AGING: After the vinification it remains for a few months in steel.
TASTING NOTES:
COLOR: Straw yellow with greenish reflections.
BOUQUET: The nose has mineral notes, yellow fruit, delicate notes of apricot and aromatic herbs.
TASTE: Great pleasure to drink, good flavor and persistence, in the finish the notes of white-fleshed fruit and minerals are enhanced.
PAIRINGS: Ideal with seafood carpaccio, cod, seafood risotto; finds the maximum expression of the territory accompanied by lake fish dishes.
SERVICE TEMPERATURE: 8° C
23 €
RIBOLLA GIALLA CASTELLO SANT'ANNA FRIULI DOC
GRAPES 100% Ribolla Gialla
PRODUCTION AREA Thick (Colli Megaluzzi),Municipality of Cividale del Friuli
GIACITURA/TERRENO Collina/Marne eoceniche
(Flysch of Cormons)
VINEYARD SURFACE 0,4 hectares
ALTITUDE/EXPOSURE 150 m s.l.m.., east-south/east
YEAR OF PLANTING 1989
DENSITY OF PLANTATION 5000 vines per hectare
Breeding system Classic Guyot (6 gems)
PRODUCTION PER VINE about 1.0 kg
HARVEST mid-September.
VINIFICATION the destemmed and crushed grapes are gently pressed. The flower must obtained is cooled for 24 hours, after de transfer, added yeasts, thermo-controlledfermentation begins.
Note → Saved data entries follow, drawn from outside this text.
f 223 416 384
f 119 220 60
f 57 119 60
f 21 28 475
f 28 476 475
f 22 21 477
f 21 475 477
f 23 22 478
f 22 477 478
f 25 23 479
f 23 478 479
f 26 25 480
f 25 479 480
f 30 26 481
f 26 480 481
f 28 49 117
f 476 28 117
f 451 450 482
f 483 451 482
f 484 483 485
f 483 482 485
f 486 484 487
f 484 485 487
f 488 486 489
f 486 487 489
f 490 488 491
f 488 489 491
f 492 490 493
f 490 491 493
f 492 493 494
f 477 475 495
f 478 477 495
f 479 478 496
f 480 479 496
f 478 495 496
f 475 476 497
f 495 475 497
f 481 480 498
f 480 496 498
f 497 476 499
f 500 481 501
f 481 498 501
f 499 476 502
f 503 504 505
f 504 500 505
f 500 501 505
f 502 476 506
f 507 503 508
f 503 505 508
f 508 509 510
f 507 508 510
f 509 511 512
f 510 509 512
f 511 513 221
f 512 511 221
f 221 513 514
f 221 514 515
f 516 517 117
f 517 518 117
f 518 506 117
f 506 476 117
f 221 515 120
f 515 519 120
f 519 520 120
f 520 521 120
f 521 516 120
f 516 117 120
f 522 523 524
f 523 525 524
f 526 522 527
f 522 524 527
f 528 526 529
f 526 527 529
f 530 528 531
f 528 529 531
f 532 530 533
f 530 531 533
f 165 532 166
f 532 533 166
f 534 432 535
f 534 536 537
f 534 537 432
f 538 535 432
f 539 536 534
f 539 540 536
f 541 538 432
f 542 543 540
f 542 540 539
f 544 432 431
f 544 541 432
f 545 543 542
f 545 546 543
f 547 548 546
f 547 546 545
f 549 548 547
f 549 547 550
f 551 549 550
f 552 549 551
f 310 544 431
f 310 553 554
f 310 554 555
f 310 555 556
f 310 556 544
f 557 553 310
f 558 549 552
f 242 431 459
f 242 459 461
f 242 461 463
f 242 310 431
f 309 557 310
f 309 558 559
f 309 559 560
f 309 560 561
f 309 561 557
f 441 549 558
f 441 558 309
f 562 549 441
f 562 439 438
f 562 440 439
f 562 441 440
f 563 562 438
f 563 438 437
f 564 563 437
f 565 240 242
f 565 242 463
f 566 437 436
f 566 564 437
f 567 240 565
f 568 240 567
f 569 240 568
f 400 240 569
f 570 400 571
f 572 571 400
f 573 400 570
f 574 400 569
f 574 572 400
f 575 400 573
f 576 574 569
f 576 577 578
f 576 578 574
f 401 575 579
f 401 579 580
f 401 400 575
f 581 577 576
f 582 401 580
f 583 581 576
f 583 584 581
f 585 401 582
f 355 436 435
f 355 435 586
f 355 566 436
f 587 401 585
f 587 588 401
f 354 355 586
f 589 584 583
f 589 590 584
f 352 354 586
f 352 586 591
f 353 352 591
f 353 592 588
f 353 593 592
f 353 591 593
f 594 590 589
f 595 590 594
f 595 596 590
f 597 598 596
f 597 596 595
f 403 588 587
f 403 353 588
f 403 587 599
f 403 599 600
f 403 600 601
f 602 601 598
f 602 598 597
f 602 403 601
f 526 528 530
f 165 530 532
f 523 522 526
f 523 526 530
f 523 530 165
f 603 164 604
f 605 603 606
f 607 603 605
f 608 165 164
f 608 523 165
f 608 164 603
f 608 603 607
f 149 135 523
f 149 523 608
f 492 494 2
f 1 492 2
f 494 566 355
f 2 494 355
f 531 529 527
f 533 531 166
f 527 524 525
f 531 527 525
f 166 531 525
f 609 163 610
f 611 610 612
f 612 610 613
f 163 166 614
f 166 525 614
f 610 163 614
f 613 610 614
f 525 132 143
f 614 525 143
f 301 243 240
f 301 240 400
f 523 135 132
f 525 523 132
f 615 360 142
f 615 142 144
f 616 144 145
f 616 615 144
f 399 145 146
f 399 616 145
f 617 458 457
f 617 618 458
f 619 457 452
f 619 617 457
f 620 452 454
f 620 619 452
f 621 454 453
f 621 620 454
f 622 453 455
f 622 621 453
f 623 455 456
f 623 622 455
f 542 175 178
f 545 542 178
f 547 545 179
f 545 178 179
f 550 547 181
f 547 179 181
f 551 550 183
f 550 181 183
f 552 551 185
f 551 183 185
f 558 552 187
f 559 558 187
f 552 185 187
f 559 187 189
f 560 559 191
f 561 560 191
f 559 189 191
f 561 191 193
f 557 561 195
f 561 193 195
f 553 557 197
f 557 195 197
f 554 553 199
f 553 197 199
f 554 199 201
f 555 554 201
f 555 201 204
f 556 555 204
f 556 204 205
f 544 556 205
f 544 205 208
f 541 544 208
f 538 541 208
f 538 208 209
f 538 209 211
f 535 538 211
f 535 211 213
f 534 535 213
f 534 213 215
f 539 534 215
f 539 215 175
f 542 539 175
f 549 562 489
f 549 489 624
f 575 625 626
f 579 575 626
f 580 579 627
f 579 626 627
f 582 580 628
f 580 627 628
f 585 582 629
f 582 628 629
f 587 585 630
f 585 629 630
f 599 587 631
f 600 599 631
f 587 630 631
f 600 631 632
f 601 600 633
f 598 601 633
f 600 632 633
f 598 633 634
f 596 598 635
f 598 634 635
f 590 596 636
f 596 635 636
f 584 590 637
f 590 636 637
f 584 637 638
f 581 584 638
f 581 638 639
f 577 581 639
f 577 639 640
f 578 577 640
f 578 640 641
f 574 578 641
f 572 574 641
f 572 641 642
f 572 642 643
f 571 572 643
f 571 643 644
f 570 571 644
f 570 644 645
AGING on the lees in stainless steel barrels for a period of 9 months, then in bottle for another 3 months.
30 €
PINOT GRIGIO "ANFORA" CASTELLO SANT'ANNA FRIULI DOC
GRAPES 100% Pinot Grigio Amphora maturation
PRODUCTION AREA Thick (Colli Megaluzzi),Municipalityof Cividale del Friuli
GIACITURA/TERRENO Collina/Marne eoceniche (Flysch of Cormons)
VINEYARD SURFACE 0,5 hectare
ALTITUDE/EXPOSURE 140/150 m s.l.m.., east-south/east
YEAR OF PLANTING 1989 – 2005
DENSITY OF PLANTATION 5000 – 6250 vines hectareClassic Guyot
BREEDING SYSTEM (6-8 buds)
PRODUCTION PER VINE about 1,0 kg
HARVEST first week of September.
VINIFICATION the destemmed and crushed grapes are gently pressed. The flower must obtained is cooled for 24 hours, after de transfer, added yeasts, thermo-controlledfermentation begins.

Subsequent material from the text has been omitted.